The president paid a visit to the Paris hospital on Thursday morning, where the first French victim of the coronavirus died the day before.
French President Emmanuel Macron and Italian Prime Minister Giuseppe Conte will post on Thursday 27th February 2020 the agreement found between Paris and Rome during a Franco-Italian summit disrupted by the coronavirus crisis. Italian officials have maintained the long-planned meeting, despite the spread of the viral pneumonia epidemic that started in China in December, which is drawing the attention of authorities in Rome and Paris.
Emmanuel Macron first took the time, this Thursday morning, to pay a visit to the Pitié-Salpêtrière hospital in Paris where the first French victim of the coronavirus died the day before. An investigation is also underway to retrace the journey of this 60-year-old teacher who had not travelled to a risk zone.
A crisis meeting in Matignon
Emmanuel Macron must meet with the staff of Pitié-Salpêtrière and was accompanied by the Minister of Health Olivier Véran, the Director General of Health Jérôme Salomon and the Director-General of the AP-HP Martin Hirsch.
The head of state must “deliver a reassuring message” and “assure the French of the full mobilization of French health services which are among the most efficient in the world,” said the Elysee. He must notably visit the Eole building, inaugurated in September 2019, which deals with respiratory diseases and which could receive patients with coronavirus.
For their part, the leaders of parties represented in Parliament, the presidents of parliamentary groups and the presidents of assemblies are invited Thursday at the end of the morning to Matignon around Edouard Philippe in order to take stock of the situation linked to the epidemic.
12 deaths in Italy
Italy, where the number of contaminations has snowballed since Friday, has become the most affected European country with more than 400 cases and 12 deaths, according to the latest report from the authorities.

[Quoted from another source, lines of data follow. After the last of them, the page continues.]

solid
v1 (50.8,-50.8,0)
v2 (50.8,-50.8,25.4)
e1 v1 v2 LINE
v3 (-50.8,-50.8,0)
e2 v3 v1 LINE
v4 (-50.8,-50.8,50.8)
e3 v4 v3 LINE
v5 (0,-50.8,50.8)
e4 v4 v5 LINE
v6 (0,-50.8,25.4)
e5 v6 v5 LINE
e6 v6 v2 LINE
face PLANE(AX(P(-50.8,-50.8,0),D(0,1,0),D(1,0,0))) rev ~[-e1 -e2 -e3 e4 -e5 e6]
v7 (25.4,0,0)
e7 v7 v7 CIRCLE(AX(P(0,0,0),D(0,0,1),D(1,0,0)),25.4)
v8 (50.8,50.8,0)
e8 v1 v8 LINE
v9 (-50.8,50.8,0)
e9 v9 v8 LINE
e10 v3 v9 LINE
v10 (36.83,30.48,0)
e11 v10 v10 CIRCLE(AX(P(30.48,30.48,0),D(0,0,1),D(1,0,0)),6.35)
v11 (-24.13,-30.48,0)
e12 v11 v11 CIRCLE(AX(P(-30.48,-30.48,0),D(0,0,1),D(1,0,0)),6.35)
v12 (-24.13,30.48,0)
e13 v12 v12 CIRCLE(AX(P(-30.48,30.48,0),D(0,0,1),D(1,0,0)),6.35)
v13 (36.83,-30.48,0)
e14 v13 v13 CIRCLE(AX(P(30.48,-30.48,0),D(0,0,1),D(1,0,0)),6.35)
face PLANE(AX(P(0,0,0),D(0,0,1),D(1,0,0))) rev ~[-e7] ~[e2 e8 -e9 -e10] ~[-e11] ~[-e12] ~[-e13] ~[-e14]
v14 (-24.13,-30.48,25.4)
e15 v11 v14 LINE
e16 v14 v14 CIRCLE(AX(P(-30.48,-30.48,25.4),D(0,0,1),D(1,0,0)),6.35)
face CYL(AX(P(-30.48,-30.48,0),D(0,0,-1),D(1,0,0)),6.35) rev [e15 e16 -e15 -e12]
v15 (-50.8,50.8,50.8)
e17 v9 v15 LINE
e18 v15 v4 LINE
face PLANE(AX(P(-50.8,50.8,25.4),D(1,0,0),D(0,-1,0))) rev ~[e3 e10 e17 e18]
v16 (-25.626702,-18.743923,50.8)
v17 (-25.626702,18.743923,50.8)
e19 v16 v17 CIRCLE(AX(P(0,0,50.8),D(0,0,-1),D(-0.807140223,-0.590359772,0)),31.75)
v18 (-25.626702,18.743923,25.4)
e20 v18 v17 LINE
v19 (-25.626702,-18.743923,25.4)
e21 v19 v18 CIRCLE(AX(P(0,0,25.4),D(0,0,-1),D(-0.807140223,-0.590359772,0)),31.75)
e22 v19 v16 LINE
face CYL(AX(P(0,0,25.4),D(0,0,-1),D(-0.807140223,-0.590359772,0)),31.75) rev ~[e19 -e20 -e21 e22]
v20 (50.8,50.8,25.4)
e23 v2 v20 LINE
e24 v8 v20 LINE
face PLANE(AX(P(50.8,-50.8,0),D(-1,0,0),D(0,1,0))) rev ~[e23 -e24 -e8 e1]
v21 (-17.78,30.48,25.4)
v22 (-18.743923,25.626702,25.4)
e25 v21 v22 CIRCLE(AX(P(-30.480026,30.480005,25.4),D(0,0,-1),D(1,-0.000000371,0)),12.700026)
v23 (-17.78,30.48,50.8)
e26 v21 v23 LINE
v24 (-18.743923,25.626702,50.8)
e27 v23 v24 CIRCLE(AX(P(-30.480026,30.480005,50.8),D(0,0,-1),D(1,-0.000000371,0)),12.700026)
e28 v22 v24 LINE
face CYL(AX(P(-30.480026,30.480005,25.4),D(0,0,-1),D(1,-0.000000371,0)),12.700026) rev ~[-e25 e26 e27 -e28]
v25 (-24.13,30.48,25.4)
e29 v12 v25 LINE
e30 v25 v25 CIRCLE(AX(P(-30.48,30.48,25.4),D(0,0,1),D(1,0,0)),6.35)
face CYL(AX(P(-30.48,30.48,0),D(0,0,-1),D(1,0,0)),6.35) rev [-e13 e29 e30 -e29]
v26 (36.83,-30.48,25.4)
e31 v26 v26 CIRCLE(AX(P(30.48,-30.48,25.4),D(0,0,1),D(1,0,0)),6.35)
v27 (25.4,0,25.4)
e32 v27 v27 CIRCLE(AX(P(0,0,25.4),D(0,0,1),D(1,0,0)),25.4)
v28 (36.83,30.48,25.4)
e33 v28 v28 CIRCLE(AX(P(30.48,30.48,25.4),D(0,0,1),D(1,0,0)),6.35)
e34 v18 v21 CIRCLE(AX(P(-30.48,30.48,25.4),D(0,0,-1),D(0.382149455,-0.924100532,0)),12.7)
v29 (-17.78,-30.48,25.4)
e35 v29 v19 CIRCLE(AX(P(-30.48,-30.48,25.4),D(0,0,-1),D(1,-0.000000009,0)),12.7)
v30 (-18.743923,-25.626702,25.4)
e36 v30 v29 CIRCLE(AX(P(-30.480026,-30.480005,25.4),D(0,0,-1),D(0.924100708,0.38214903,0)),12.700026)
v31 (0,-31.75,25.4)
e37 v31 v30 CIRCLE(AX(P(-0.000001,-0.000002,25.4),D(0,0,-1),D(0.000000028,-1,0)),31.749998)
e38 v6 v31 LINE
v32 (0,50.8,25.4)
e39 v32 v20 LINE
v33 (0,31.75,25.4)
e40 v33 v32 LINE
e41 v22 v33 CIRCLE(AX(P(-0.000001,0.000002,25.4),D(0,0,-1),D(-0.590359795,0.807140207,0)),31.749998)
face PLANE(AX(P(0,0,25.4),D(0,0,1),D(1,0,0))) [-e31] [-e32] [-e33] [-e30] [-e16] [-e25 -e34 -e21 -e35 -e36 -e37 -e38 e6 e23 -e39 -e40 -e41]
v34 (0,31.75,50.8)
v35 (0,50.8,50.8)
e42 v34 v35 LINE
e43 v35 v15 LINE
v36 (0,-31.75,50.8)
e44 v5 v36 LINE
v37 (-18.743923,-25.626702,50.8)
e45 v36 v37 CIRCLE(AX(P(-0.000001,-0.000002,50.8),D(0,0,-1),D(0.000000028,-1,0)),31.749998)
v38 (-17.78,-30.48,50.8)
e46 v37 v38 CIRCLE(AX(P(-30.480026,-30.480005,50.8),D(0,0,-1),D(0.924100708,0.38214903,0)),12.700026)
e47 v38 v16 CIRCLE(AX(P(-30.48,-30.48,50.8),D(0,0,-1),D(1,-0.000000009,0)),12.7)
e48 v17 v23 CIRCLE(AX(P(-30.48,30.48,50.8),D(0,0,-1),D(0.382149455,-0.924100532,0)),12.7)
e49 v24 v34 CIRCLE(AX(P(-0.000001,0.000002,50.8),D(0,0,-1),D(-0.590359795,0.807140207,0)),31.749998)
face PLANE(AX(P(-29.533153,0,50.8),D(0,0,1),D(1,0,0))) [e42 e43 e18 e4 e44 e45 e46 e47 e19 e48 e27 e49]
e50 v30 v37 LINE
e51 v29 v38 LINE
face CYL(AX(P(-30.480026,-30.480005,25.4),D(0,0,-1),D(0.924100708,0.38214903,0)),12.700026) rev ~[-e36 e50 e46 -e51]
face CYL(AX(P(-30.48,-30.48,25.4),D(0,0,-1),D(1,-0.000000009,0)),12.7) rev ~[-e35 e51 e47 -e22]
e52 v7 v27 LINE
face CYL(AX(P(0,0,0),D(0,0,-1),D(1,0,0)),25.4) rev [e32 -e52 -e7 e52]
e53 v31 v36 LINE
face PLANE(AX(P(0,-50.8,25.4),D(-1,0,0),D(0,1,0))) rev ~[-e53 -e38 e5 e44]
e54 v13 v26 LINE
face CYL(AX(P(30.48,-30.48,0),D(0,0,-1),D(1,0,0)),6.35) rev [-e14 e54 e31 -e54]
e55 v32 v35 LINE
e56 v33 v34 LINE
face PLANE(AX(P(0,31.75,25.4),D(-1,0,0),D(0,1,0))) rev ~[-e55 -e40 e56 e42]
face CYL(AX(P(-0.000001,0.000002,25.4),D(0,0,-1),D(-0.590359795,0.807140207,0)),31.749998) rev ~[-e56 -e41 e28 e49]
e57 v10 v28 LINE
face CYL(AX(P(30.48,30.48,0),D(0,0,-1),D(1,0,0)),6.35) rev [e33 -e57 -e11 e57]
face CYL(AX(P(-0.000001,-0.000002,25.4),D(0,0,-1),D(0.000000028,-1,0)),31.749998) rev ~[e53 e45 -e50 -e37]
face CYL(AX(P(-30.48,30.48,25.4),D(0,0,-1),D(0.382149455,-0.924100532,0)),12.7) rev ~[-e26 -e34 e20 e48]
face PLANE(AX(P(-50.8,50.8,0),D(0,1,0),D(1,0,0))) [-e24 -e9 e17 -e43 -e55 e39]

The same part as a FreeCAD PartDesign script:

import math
import FreeCAD as App
import Part
import Sketcher

V = App.Vector
Q = App.Units.Quantity


def add_polygon(sketch, points):
    """Adds a closed chain of lines whose ends are joined by coincident constraints."""
    first, n = sketch.GeometryCount, len(points)
    for a, b in zip(points, points[1:] + points[:1]):
        sketch.addGeometry(Part.LineSegment(App.Vector(*a, 0), App.Vector(*b, 0)), False)
    for i in range(n):
        sketch.addConstraint(Sketcher.Constraint("Coincident", first + i, 2, first + (i + 1) % n, 1))

doc = App.newDocument("Part")
params = doc.addObject("Spreadsheet::Sheet", "Params")
for row, (alias, value) in enumerate([
    ("sketch1_diameter", "2 in"),
    ("sketch1_diameter2", "0.5 in"),
    ("sketch1_width", "4 in"),
    ("pad1_length", "1 in"),
    ("sketch2_radius", "0.5 in"),
    ("sketch2_width", "2 in"),
    ("sketch2_height", "4 in"),
    ("sketch2_radius2", "1.2499999 in"),
    ("sketch2_radius3", "1.25 in"),
    ("pad2_length", "1 in"),
], start=1):
    params.set(f"A{row}", alias)
    params.set(f"B{row}", "=" + value)
    params.setAlias(f"B{row}", alias)

body = doc.addObject("PartDesign::Body", "Body")

sketch1 = body.newObject("Sketcher::SketchObject", "Sketch")
sketch1.AttachmentSupport = (doc.getObject("XY_Plane"), [""])
sketch1.MapMode = "FlatFace"
add_polygon(sketch1, [(-50.8, 50.8), (-50.8, -50.8), (50.8, -50.8), (50.8, 50.8)])
sketch1.addGeometry(Part.Circle(V(-30.48, -30.48, 0), V(0, 0, 1), 6.35), False)
sketch1.addGeometry(Part.Circle(V(0, 0, 0), V(0, 0, 1), 25.4), False)
sketch1.addGeometry(Part.Circle(V(30.48, -30.48, 0), V(0, 0, 1), 6.35), False)
sketch1.addGeometry(Part.Circle(V(-30.48, 30.48, 0), V(0, 0, 1), 6.35), False)
sketch1.addGeometry(Part.Circle(V(30.48, 30.48, 0), V(0, 0, 1), 6.35), False)
sketch1.addConstraint([
    Sketcher.Constraint("Vertical", 0),
    Sketcher.Constraint("Horizontal", 1),
    Sketcher.Constraint("Vertical", 2),
    Sketcher.Constraint("Horizontal", 3),
    Sketcher.Constraint("Coincident", 5, 3, -1, 1),
    Sketcher.Constraint("Equal", 4, 6),
    Sketcher.Constraint("Equal", 6, 7),
    Sketcher.Constraint("Equal", 7, 8),
    Sketcher.Constraint("Symmetric", 6, 3, 7, 3, -1, 1),
    Sketcher.Constraint("Symmetric", 4, 3, 8, 3, -1, 1),
    Sketcher.Constraint("Symmetric", 0, 2, 2, 2, -1, 1),
    Sketcher.Constraint("Symmetric", 4, 3, 6, 3, -2),
    Sketcher.Constraint("Equal", 3, 0),
    Sketcher.Constraint("Diameter", 5, Q("2 in")),
    Sketcher.Constraint("Diameter", 4, Q("0.5 in")),
    Sketcher.Constraint("DistanceX", 1, 1, 1, 2, Q("4 in")),
    Sketcher.Constraint("DistanceX", 4, 3, -1, 1, Q("1.2 in")),
    Sketcher.Constraint("DistanceY", 4, 3, -1, 1, Q("1.2 in")),
])
sketch1.setExpression("Constraints[17]", "Params.sketch1_diameter")
sketch1.setExpression("Constraints[18]", "Params.sketch1_diameter2")
sketch1.setExpression("Constraints[19]", "Params.sketch1_width")
pad1 = body.newObject("PartDesign::Pad", "Pad")
pad1.Profile = sketch1
pad1.setExpression("Length", "Params.pad1_length")

sketch2 = body.newObject("Sketcher::SketchObject", "Sketch001")
sketch2.AttachmentSupport = (doc.getObject("XY_Plane"), [""])
sketch2.MapMode = "FlatFace"
sketch2.AttachmentOffset = App.Placement(V(0, 0, 1 * 25.4), App.Rotation())
sketch2.addGeometry([
    Part.ArcOfCircle(Part.Circle(V(-30.48, 30.48, 0), V(0, 0, 1), 12.7), math.radians(0.000001), math.radians(292.466889)),
    Part.ArcOfCircle(Part.Circle(V(-30.480026, 30.480005, 0), V(0, 0, 1), 12.700026), math.radians(-22.466862), math.radians(-0.000021)),
    Part.ArcOfCircle(Part.Circle(V(-0.000001, 0.000002, 0), V(0, 0, 1), 31.749998), math.radians(89.999998), math.radians(126.182544)),
    Part.LineSegment(V(0, 31.75, 0), V(0, 50.8, 0)),
    Part.LineSegment(V(0, 50.8, 0), V(-50.8, 50.8, 0)),
    Part.LineSegment(V(-50.8, 50.8, 0), V(-50.8, -50.8, 0)),
    Part.LineSegment(V(-50.8, -50.8, 0), V(0, -50.8, 0)),
    Part.LineSegment(V(0, -50.8, 0), V(0, -31.75, 0)),
    Part.ArcOfCircle(Part.Circle(V(-0.000001, -0.000002, 0), V(0, 0, 1), 31.749998), math.radians(-126.182544), math.radians(-89.999998)),
    Part.ArcOfCircle(Part.Circle(V(-30.480026, -30.480005, 0), V(0, 0, 1), 12.700026), math.radians(0.000021), math.radians(22.466862)),
    Part.ArcOfCircle(Part.Circle(V(-30.48, -30.48, 0), V(0, 0, 1), 12.7), math.radians(67.533111), math.radians(359.999999)),
    Part.ArcOfCircle(Part.Circle(V(0, 0, 0), V(0, 0, 1), 31.75), math.radians(143.817457), math.radians(216.182543)),
], False)
sketch2.addConstraint([
    Sketcher.Constraint("Tangent", 0, 1, 1, 2),
    Sketcher.Constraint("Coincident", 1, 1, 2, 2),
    Sketcher.Constraint("Coincident", 2, 1, 3, 1),
    Sketcher.Constraint("Coincident", 3, 2, 4, 1),
    Sketcher.Constraint("Coincident", 4, 2, 5, 1),
    Sketcher.Constraint("Coincident", 5, 2, 6, 1),
    Sketcher.Constraint("Coincident", 6, 2, 7, 1),
    Sketcher.Constraint("Coincident", 7, 2, 8, 2),
    Sketcher.Constraint("Coincident", 8, 1, 9, 2),
    Sketcher.Constraint("Tangent", 9, 1, 10, 2),
    Sketcher.Constraint("Coincident", 10, 1, 11, 2),
    Sketcher.Constraint("Coincident", 11, 1, 0, 2),
    Sketcher.Constraint("Vertical", 3),
    Sketcher.Constraint("Horizontal", 4),
    Sketcher.Constraint("Vertical", 5),
    Sketcher.Constraint("Horizontal", 6),
    Sketcher.Constraint("Vertical", 7),
    Sketcher.Constraint("Coincident", 2, 3, -1, 1),
    Sketcher.Constraint("Coincident", 8, 3, -1, 1),
    Sketcher.Constraint("Coincident", 11, 3, -1, 1),
    Sketcher.Constraint("Equal", 2, 8),
    Sketcher.Constraint("Equal", 1, 9),
    Sketcher.Constraint("Equal", 0, 10),
    Sketcher.Constraint("Symmetric", 3, 2, 6, 2, -1, 1),
    Sketcher.Constraint("Symmetric", 1, 3, 9, 3, -1),
    Sketcher.Constraint("PointOnObject", 2, 1, -2),
    Sketcher.Constraint("Horizontal", 10, 3, 9, 1),
    Sketcher.Constraint("Radius", 0, Q("0.5 in")),
    Sketcher.Constraint("DistanceX", 4, 2, 4, 1, Q("2 in")),
    Sketcher.Constraint("DistanceY", 5, 2, 5, 1, Q("4 in")),
    Sketcher.Constraint("Radius", 2, Q("1.2499999 in")),
    Sketcher.Constraint("Radius", 11, Q("1.25 in")),
    Sketcher.Constraint("DistanceX", 0, 3, -1, 1, Q("1.2 in")),
    Sketcher.Constraint("DistanceY", -1, 1, 0, 3, Q("1.2 in")),
    Sketcher.Constraint("DistanceY", -1, 1, 0, 1, Q("1.2 in")),
    Sketcher.Constraint("Radius", 1, 12.700026),
])
sketch2.setExpression("Constraints[27]", "Params.sketch2_radius")
sketch2.setExpression("Constraints[28]", "Params.sketch2_width")
sketch2.setExpression("Constraints[29]", "Params.sketch2_height")
sketch2.setExpression("Constraints[30]", "Params.sketch2_radius2")
sketch2.setExpression("Constraints[31]", "Params.sketch2_radius3")
pad2 = body.newObject("PartDesign::Pad", "Pad001")
pad2.Profile = sketch2
pad2.setExpression("Length", "Params.pad2_length")

doc.recompute()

Less affected, France has identified 17 cases and two deaths including a first French death, announced Wednesday and who had not travelled to risk areas at all.
For Paris, “it is important to be present” alongside the Italians and to “cooperate” in this “difficult context”.
No Franco-Italian summit has been organized since that of Lyon at the end of 2017, an absence which testifies to the period of tensions crossed by relations between the two “Latin sisters” of Europe.
Indeed, for more than a year, Paris and Rome engaged in a war of words, which culminated with the temporary recall of the French ambassador to Italy, the most serious transalpine diplomatic crisis since 1945.
The former Italian Minister of the Interior Matteo Salvini, boss of the sovereignist party of The League, had taken as a privileged target Emmanuel Macron whose he had castigated “arrogance” and “hypocrisy” in immigration matters.
For his part, Emmanuel Macron had made Matteo Salvini his “main opponent” in Europe and castigated “nationalist leprosy”.
Relations have gradually calmed down since the advent, in September 2018, of a new coalition tale government between the 5 Star Movement (M5S, anti-establishment) and the Democratic Party (centre left), Matteo Salvini returning to the opposition.
“We can work well with this government,” said one at the Elysee, because “we share many convergences”, especially on European politics.
Thus, Paris and Rome are now “on the same line” on the reception of migrants in the Mediterranean, a case on which the two capitals were head-on.
This “new impulse” of relations will be on the menu for discussions between MM. Macron and Conte, respectively accompanied by 11 and 12 ministers covering all areas, from the economy to defence through culture.
Another subject of friction recently, the Libyan case is now the subject of an “alignment”, according to the Elysee, between Paris and Rome, who are working to revive the naval mission Sophia, now focused on control of the arms embargo on Libya.
Messrs. Macron and Conte should confirm their desire to sign in the coming months the Quirinal Treaty (name of the seat of the Italian presidency), announced in 2017 to give “a more stable and ambitious framework” to Franco-Italian cooperation, along the lines of the Franco-German treaty.
The summit will end with a gala dinner with President Sergio Mattarella.